◆ What you have to do: Repeat all the data word for word.

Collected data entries
╭──

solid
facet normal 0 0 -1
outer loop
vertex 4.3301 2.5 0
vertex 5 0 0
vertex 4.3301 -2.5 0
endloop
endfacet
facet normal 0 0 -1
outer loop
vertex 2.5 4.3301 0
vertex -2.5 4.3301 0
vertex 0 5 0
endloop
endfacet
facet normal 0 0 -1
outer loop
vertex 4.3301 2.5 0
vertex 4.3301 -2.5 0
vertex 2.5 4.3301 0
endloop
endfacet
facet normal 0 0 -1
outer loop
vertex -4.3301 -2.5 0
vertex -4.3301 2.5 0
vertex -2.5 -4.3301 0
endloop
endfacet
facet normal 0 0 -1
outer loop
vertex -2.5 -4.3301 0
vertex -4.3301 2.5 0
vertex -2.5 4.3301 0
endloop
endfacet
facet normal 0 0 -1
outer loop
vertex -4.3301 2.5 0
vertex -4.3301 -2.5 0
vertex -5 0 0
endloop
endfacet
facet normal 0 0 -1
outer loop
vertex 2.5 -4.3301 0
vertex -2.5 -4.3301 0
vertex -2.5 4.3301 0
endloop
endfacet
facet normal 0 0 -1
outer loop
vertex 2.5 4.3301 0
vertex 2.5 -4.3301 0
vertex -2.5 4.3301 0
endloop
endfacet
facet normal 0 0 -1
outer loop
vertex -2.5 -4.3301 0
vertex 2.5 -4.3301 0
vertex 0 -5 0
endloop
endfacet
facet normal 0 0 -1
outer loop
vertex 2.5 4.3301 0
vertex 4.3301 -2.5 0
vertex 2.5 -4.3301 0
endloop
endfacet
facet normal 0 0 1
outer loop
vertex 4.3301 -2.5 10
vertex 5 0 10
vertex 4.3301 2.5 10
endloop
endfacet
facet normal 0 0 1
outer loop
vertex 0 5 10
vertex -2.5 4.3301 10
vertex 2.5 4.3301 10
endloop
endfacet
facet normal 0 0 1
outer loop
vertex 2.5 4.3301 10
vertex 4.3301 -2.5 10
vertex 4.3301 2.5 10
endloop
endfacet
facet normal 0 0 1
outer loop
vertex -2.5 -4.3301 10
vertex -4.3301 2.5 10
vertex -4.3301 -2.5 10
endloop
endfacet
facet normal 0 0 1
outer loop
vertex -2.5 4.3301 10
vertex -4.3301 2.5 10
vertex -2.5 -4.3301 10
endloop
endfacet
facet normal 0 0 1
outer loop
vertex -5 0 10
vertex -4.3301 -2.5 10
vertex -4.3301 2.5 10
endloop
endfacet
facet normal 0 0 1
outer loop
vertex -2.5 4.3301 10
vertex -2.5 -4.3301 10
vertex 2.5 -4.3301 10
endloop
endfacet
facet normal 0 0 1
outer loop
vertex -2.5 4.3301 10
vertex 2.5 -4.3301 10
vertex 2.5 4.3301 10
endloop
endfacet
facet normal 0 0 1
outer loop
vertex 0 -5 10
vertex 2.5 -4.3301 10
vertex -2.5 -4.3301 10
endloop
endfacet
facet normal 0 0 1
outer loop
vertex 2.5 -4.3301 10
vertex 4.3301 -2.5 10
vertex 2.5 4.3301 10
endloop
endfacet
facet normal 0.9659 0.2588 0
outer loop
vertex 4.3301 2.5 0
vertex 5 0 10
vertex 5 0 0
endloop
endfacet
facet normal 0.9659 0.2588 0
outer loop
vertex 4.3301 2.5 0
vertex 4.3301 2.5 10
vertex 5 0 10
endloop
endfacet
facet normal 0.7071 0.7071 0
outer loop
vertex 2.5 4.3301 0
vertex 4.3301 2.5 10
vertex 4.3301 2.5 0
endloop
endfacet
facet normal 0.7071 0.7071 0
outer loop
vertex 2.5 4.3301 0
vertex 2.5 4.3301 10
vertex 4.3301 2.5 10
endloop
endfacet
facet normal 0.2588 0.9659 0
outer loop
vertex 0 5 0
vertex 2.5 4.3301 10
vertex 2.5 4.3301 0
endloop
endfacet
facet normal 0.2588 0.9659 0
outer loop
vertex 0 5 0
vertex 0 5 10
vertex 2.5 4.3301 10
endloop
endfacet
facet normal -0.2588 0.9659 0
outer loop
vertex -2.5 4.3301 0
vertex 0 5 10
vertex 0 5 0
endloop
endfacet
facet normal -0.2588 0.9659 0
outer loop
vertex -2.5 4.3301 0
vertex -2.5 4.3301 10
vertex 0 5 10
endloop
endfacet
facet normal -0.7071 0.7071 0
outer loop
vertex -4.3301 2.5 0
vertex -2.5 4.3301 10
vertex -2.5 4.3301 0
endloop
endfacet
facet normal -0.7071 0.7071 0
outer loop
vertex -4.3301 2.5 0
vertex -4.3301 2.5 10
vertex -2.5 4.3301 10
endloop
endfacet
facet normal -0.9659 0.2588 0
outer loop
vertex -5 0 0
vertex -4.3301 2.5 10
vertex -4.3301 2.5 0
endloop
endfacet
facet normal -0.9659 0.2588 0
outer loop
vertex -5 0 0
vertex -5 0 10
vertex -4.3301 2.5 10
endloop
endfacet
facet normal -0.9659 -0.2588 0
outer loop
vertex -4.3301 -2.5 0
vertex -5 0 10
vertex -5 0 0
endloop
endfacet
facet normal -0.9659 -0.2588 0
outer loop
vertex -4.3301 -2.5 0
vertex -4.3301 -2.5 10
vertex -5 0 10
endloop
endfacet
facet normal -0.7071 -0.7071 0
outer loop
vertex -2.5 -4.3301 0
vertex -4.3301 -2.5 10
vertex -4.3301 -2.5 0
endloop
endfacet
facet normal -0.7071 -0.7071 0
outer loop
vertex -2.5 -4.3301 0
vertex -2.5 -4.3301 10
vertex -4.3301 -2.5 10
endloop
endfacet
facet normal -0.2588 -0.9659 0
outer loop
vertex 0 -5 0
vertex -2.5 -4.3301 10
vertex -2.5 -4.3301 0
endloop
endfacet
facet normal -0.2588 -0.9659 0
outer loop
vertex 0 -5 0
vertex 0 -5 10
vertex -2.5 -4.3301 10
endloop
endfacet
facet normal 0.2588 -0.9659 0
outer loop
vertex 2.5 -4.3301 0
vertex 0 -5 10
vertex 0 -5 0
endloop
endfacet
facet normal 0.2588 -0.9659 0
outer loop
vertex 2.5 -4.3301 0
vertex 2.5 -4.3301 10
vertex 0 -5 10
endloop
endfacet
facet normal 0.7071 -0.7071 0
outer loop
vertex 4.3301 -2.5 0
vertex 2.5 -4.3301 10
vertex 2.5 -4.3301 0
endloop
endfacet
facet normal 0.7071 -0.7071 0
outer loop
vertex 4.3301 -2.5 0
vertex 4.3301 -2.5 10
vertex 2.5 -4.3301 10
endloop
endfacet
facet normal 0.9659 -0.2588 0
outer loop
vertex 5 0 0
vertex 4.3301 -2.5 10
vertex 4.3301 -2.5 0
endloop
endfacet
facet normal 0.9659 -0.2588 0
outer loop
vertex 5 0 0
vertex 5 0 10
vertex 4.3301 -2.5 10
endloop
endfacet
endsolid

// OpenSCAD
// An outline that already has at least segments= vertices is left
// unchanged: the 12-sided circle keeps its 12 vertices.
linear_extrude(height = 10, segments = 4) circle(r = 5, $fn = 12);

╰──

◆ Expected answer:
solid
facet normal 0 0 -1
outer loop
vertex 4.3301 2.5 0
vertex 5 0 0
vertex 4.3301 -2.5 0
endloop
endfacet
facet normal 0 0 -1
outer loop
vertex 2.5 4.3301 0
vertex -2.5 4.3301 0
vertex 0 5 0
endloop
endfacet
facet normal 0 0 -1
outer loop
vertex 4.3301 2.5 0
vertex 4.3301 -2.5 0
vertex 2.5 4.3301 0
endloop
endfacet
facet normal 0 0 -1
outer loop
vertex -4.3301 -2.5 0
vertex -4.3301 2.5 0
vertex -2.5 -4.3301 0
endloop
endfacet
facet normal 0 0 -1
outer loop
vertex -2.5 -4.3301 0
vertex -4.3301 2.5 0
vertex -2.5 4.3301 0
endloop
endfacet
facet normal 0 0 -1
outer loop
vertex -4.3301 2.5 0
vertex -4.3301 -2.5 0
vertex -5 0 0
endloop
endfacet
facet normal 0 0 -1
outer loop
vertex 2.5 -4.3301 0
vertex -2.5 -4.3301 0
vertex -2.5 4.3301 0
endloop
endfacet
facet normal 0 0 -1
outer loop
vertex 2.5 4.3301 0
vertex 2.5 -4.3301 0
vertex -2.5 4.3301 0
endloop
endfacet
facet normal 0 0 -1
outer loop
vertex -2.5 -4.3301 0
vertex 2.5 -4.3301 0
vertex 0 -5 0
endloop
endfacet
facet normal 0 0 -1
outer loop
vertex 2.5 4.3301 0
vertex 4.3301 -2.5 0
vertex 2.5 -4.3301 0
endloop
endfacet
facet normal 0 0 1
outer loop
vertex 4.3301 -2.5 10
vertex 5 0 10
vertex 4.3301 2.5 10
endloop
endfacet
facet normal 0 0 1
outer loop
vertex 0 5 10
vertex -2.5 4.3301 10
vertex 2.5 4.3301 10
endloop
endfacet
facet normal 0 0 1
outer loop
vertex 2.5 4.3301 10
vertex 4.3301 -2.5 10
vertex 4.3301 2.5 10
endloop
endfacet
facet normal 0 0 1
outer loop
vertex -2.5 -4.3301 10
vertex -4.3301 2.5 10
vertex -4.3301 -2.5 10
endloop
endfacet
facet normal 0 0 1
outer loop
vertex -2.5 4.3301 10
vertex -4.3301 2.5 10
vertex -2.5 -4.3301 10
endloop
endfacet
facet normal 0 0 1
outer loop
vertex -5 0 10
vertex -4.3301 -2.5 10
vertex -4.3301 2.5 10
endloop
endfacet
facet normal 0 0 1
outer loop
vertex -2.5 4.3301 10
vertex -2.5 -4.3301 10
vertex 2.5 -4.3301 10
endloop
endfacet
facet normal 0 0 1
outer loop
vertex -2.5 4.3301 10
vertex 2.5 -4.3301 10
vertex 2.5 4.3301 10
endloop
endfacet
facet normal 0 0 1
outer loop
vertex 0 -5 10
vertex 2.5 -4.3301 10
vertex -2.5 -4.3301 10
endloop
endfacet
facet normal 0 0 1
outer loop
vertex 2.5 -4.3301 10
vertex 4.3301 -2.5 10
vertex 2.5 4.3301 10
endloop
endfacet
facet normal 0.9659 0.2588 0
outer loop
vertex 4.3301 2.5 0
vertex 5 0 10
vertex 5 0 0
endloop
endfacet
facet normal 0.9659 0.2588 0
outer loop
vertex 4.3301 2.5 0
vertex 4.3301 2.5 10
vertex 5 0 10
endloop
endfacet
facet normal 0.7071 0.7071 0
outer loop
vertex 2.5 4.3301 0
vertex 4.3301 2.5 10
vertex 4.3301 2.5 0
endloop
endfacet
facet normal 0.7071 0.7071 0
outer loop
vertex 2.5 4.3301 0
vertex 2.5 4.3301 10
vertex 4.3301 2.5 10
endloop
endfacet
facet normal 0.2588 0.9659 0
outer loop
vertex 0 5 0
vertex 2.5 4.3301 10
vertex 2.5 4.3301 0
endloop
endfacet
facet normal 0.2588 0.9659 0
outer loop
vertex 0 5 0
vertex 0 5 10
vertex 2.5 4.3301 10
endloop
endfacet
facet normal -0.2588 0.9659 0
outer loop
vertex -2.5 4.3301 0
vertex 0 5 10
vertex 0 5 0
endloop
endfacet
facet normal -0.2588 0.9659 0
outer loop
vertex -2.5 4.3301 0
vertex -2.5 4.3301 10
vertex 0 5 10
endloop
endfacet
facet normal -0.7071 0.7071 0
outer loop
vertex -4.3301 2.5 0
vertex -2.5 4.3301 10
vertex -2.5 4.3301 0
endloop
endfacet
facet normal -0.7071 0.7071 0
outer loop
vertex -4.3301 2.5 0
vertex -4.3301 2.5 10
vertex -2.5 4.3301 10
endloop
endfacet
facet normal -0.9659 0.2588 0
outer loop
vertex -5 0 0
vertex -4.3301 2.5 10
vertex -4.3301 2.5 0
endloop
endfacet
facet normal -0.9659 0.2588 0
outer loop
vertex -5 0 0
vertex -5 0 10
vertex -4.3301 2.5 10
endloop
endfacet
facet normal -0.9659 -0.2588 0
outer loop
vertex -4.3301 -2.5 0
vertex -5 0 10
vertex -5 0 0
endloop
endfacet
facet normal -0.9659 -0.2588 0
outer loop
vertex -4.3301 -2.5 0
vertex -4.3301 -2.5 10
vertex -5 0 10
endloop
endfacet
facet normal -0.7071 -0.7071 0
outer loop
vertex -2.5 -4.3301 0
vertex -4.3301 -2.5 10
vertex -4.3301 -2.5 0
endloop
endfacet
facet normal -0.7071 -0.7071 0
outer loop
vertex -2.5 -4.3301 0
vertex -2.5 -4.3301 10
vertex -4.3301 -2.5 10
endloop
endfacet
facet normal -0.2588 -0.9659 0
outer loop
vertex 0 -5 0
vertex -2.5 -4.3301 10
vertex -2.5 -4.3301 0
endloop
endfacet
facet normal -0.2588 -0.9659 0
outer loop
vertex 0 -5 0
vertex 0 -5 10
vertex -2.5 -4.3301 10
endloop
endfacet
facet normal 0.2588 -0.9659 0
outer loop
vertex 2.5 -4.3301 0
vertex 0 -5 10
vertex 0 -5 0
endloop
endfacet
facet normal 0.2588 -0.9659 0
outer loop
vertex 2.5 -4.3301 0
vertex 2.5 -4.3301 10
vertex 0 -5 10
endloop
endfacet
facet normal 0.7071 -0.7071 0
outer loop
vertex 4.3301 -2.5 0
vertex 2.5 -4.3301 10
vertex 2.5 -4.3301 0
endloop
endfacet
facet normal 0.7071 -0.7071 0
outer loop
vertex 4.3301 -2.5 0
vertex 4.3301 -2.5 10
vertex 2.5 -4.3301 10
endloop
endfacet
facet normal 0.9659 -0.2588 0
outer loop
vertex 5 0 0
vertex 4.3301 -2.5 10
vertex 4.3301 -2.5 0
endloop
endfacet
facet normal 0.9659 -0.2588 0
outer loop
vertex 5 0 0
vertex 5 0 10
vertex 4.3301 -2.5 10
endloop
endfacet
endsolid

// OpenSCAD
// An outline that already has at least segments= vertices is left
// unchanged: the 12-sided circle keeps its 12 vertices.
linear_extrude(height = 10, segments = 4) circle(r = 5, $fn = 12);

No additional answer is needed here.